Cats may not have a function, but at least they have a purr puss.
Isn’t that enough for you? It is for me.
It sounds like you would want to live in a world where your purpose was imposed on you by someone else, instead of making it for yourself - but why? That sounds much worse than what we have.
But you do grant, right there in the OP, that we can create a spoon that serves a purpose, right? We can intend for it to fulfill that purpose? That’s presumably not a big-picture idea by itself, but it’s a fine building block for what’s to come; we can plant some trees to serve as a habitat for various animals while pumping out a little extra oxygen – or we can work to stop deforestation worldwide, preserving species after species while working to combat global warming, or whatever. You can dedicate yourself to overthrowing tyrants or curing diseases; it’s as big or as small as you’re capable of – and if that’s pretty danged small, then that’s still the best you can do, and what else can anyone ask?
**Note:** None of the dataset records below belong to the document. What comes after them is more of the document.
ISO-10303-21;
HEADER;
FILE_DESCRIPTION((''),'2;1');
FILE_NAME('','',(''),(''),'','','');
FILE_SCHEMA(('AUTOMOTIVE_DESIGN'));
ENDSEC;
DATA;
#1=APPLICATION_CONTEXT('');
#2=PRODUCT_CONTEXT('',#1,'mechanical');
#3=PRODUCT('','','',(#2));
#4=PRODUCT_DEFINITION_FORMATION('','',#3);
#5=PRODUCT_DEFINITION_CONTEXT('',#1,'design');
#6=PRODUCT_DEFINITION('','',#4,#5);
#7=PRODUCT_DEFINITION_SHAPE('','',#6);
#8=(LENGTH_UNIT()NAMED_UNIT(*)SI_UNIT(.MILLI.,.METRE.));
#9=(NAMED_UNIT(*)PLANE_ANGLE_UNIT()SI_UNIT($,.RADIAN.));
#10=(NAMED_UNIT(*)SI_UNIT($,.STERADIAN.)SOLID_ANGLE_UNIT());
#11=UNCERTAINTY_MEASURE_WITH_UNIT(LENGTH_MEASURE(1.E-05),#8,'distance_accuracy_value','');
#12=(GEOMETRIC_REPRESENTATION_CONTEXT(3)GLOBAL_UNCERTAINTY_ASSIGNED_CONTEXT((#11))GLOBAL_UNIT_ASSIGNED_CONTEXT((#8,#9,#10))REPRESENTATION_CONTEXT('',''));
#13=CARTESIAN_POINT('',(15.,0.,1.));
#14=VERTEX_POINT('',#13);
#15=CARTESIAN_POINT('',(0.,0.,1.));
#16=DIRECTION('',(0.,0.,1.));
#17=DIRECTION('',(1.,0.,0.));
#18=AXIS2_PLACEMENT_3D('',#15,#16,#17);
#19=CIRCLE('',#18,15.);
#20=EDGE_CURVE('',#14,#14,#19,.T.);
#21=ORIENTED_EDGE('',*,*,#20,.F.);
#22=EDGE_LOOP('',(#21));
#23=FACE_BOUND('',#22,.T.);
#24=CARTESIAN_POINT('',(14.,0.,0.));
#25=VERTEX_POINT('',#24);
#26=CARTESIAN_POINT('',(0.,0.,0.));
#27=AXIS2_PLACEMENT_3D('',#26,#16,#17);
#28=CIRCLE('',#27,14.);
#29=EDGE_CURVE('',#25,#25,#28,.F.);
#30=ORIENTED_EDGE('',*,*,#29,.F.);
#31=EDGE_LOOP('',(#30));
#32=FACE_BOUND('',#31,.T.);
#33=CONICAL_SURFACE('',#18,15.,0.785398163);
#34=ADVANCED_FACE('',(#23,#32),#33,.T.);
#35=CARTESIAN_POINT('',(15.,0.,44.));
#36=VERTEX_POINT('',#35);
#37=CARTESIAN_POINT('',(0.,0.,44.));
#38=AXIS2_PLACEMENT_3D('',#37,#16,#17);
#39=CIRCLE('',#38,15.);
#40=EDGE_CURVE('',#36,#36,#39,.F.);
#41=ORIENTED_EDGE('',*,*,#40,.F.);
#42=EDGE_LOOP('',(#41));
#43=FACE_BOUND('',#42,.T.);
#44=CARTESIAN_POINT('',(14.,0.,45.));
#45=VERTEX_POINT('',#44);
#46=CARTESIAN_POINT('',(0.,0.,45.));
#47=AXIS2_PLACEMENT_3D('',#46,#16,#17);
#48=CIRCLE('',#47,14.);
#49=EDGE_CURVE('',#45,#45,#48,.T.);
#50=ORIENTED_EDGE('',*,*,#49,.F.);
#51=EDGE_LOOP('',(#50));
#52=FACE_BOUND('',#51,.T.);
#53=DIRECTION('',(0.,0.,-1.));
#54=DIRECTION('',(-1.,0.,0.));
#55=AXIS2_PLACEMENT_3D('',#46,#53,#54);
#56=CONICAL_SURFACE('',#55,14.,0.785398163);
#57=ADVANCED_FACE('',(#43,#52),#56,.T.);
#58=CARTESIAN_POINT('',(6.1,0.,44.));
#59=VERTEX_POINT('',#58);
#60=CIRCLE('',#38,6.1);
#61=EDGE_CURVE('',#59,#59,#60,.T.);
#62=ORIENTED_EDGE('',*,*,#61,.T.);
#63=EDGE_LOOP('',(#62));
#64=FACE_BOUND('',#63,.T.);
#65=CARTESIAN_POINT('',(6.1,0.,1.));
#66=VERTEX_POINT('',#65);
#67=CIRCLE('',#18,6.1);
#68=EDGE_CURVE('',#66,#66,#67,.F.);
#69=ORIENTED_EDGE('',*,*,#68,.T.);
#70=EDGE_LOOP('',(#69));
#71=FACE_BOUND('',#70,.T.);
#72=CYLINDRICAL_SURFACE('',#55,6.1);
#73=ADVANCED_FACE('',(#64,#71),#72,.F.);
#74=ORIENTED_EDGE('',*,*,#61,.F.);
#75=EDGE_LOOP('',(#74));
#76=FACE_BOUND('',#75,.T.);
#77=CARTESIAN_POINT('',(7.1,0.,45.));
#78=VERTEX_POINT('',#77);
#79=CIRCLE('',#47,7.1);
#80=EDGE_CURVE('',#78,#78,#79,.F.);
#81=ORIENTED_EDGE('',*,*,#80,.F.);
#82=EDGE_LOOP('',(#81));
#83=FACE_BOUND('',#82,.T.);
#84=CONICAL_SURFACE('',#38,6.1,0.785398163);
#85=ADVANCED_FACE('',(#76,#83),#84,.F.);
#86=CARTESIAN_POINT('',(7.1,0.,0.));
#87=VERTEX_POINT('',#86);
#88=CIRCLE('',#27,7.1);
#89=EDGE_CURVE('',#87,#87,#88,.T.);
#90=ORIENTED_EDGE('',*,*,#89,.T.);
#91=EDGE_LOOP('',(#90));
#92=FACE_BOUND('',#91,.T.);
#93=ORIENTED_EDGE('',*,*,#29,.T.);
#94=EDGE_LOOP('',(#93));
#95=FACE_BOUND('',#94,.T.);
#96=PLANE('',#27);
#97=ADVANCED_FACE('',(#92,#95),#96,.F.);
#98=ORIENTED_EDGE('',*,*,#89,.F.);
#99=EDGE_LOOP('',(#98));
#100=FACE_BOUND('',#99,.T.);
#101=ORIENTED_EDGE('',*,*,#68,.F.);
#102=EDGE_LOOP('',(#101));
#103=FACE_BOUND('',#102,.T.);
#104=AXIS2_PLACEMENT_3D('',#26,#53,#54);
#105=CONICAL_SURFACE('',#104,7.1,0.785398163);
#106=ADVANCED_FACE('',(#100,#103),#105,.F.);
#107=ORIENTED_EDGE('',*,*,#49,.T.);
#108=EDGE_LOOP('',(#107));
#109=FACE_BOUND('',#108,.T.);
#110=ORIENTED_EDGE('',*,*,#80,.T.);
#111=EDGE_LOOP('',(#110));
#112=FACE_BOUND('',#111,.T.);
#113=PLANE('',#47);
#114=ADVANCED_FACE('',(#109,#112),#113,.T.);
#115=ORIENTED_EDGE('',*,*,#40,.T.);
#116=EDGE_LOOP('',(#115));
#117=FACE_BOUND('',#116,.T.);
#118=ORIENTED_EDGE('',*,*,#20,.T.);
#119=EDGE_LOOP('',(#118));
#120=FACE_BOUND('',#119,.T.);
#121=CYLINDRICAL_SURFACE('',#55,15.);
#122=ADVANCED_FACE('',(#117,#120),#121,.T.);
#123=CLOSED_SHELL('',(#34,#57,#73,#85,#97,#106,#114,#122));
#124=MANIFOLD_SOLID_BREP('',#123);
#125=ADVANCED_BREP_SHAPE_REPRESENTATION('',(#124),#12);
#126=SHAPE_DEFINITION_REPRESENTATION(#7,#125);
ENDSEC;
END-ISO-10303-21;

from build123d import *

# Parameters (mm, degrees)
SZKIC1_R                    = 15
SZKIC1_R_2                  = 6.1
DODANIE_WYCI_GNI_CIE1_DEPTH = 45
SFAZOWANIE1_SIZE            = 1


with BuildPart() as part:
    # Szkic1 → Dodanie-wyciągnięcie1 (new body)
    with BuildSketch(Plane.XY):
        Circle(SZKIC1_R)
        Circle(SZKIC1_R_2, mode=Mode.SUBTRACT)
    extrude(amount=DODANIE_WYCI_GNI_CIE1_DEPTH)

    # Sfazowanie1
    sfazowanie1_edges = [part.edges().sort_by_distance(p)[0] for p in [
        (-15, 0, 0),
        (-15, 0, 45),
        (-6.1, 0, 0),
        (-6.1, 0, 45),
    ]]
    chamfer(sfazowanie1_edges, length=SFAZOWANIE1_SIZE)


solid = part.part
So? Absent any alternative, I’ll take the best we can get.
Blut, it sounds like you’re bothered by the idea that in a few billion years the Earth will no longer exist (or at least not have life), and everything you and I do will not matter to anything else that exists in the universe at that time. Even if we managed to get to another habitat away from here (which I seriously doubt we will), eventually that chain of life will also be extinct when the universe is so cold that no life can exist.
What you’re missing is the here and now. Life is going on right now, all around you. Enjoy it while you can, and do something to make it more enjoyable for others now and in the future. You’ll be happy - what more can you ask?